Items from a data source
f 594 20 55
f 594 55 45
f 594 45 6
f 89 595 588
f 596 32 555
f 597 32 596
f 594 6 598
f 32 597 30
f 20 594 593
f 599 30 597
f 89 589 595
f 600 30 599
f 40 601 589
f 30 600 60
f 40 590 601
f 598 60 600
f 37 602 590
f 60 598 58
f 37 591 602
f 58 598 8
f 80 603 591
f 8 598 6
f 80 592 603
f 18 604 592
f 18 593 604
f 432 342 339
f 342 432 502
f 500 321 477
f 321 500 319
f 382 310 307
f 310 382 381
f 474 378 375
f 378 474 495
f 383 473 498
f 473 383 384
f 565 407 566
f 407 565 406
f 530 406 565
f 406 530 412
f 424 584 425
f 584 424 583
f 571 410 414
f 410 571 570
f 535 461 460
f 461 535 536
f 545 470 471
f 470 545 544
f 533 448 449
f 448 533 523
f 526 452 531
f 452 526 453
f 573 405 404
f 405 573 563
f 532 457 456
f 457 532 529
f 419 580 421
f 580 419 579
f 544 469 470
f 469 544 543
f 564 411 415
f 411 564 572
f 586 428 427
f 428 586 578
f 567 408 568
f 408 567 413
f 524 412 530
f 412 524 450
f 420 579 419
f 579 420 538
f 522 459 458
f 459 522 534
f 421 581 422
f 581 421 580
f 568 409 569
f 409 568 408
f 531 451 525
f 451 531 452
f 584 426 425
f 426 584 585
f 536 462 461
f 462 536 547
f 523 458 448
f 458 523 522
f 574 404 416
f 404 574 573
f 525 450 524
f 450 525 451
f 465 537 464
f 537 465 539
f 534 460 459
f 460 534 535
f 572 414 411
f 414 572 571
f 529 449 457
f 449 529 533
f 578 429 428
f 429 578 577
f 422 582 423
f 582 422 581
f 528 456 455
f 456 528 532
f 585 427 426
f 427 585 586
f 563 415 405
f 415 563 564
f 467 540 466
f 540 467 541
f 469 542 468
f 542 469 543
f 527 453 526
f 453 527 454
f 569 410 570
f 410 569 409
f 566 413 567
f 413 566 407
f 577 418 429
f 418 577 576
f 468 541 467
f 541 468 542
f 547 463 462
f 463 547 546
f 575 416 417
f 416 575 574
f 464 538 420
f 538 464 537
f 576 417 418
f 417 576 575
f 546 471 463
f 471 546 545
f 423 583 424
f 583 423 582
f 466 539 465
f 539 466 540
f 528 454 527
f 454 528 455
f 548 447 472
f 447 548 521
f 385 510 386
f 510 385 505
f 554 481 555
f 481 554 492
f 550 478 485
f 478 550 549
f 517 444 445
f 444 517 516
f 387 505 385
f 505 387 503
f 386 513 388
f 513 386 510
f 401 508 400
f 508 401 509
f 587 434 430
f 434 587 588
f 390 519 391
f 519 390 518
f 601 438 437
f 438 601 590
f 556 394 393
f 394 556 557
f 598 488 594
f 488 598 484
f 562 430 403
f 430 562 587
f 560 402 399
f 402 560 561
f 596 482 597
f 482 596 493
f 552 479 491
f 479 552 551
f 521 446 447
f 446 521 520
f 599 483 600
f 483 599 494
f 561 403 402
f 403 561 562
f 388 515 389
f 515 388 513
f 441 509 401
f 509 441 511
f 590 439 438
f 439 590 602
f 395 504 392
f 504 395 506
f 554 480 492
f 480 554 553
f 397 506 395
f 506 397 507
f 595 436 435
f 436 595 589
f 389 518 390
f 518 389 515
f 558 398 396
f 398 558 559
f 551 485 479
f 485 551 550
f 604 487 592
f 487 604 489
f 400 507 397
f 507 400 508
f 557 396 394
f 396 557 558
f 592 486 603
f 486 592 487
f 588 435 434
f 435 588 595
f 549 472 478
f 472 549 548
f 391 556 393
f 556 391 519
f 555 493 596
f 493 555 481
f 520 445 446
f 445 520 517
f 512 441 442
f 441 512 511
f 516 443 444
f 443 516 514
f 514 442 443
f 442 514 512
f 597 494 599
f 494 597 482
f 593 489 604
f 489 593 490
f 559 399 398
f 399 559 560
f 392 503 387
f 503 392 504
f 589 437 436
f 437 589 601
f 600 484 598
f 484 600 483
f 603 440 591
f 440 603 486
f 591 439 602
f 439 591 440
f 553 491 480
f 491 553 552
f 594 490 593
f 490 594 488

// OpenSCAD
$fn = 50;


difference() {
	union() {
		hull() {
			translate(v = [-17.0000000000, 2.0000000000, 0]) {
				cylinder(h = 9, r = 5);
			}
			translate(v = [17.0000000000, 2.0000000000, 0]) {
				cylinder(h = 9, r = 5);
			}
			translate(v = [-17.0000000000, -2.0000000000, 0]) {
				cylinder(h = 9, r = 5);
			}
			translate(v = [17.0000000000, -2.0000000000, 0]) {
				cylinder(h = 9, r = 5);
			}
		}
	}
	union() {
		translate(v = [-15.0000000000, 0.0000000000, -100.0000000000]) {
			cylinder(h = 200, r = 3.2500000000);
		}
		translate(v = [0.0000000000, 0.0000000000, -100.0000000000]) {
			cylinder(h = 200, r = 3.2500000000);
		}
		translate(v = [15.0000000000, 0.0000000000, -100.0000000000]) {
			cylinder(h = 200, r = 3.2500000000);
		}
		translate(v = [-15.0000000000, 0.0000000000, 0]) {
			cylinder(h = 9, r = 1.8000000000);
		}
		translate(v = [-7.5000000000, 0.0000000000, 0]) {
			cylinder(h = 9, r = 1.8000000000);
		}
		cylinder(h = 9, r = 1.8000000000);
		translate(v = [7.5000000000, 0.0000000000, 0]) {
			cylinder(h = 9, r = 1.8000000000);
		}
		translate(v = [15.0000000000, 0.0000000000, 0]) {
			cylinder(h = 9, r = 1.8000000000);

REQUIRED WORK. If a line in the records contains the string "translate", copy it out.

SOLUTION FOR THIS PROBLEM.
			translate(v = [-17.0000000000, 2.0000000000, 0]) {
			translate(v = [17.0000000000, 2.0000000000, 0]) {
			translate(v = [-17.0000000000, -2.0000000000, 0]) {
			translate(v = [17.0000000000, -2.0000000000, 0]) {
		translate(v = [-15.0000000000, 0.0000000000, -100.0000000000]) {
		translate(v = [0.0000000000, 0.0000000000, -100.0000000000]) {
		translate(v = [15.0000000000, 0.0000000000, -100.0000000000]) {
		translate(v = [-15.0000000000, 0.0000000000, 0]) {
		translate(v = [-7.5000000000, 0.0000000000, 0]) {
		translate(v = [7.5000000000, 0.0000000000, 0]) {
		translate(v = [15.0000000000, 0.0000000000, 0]) {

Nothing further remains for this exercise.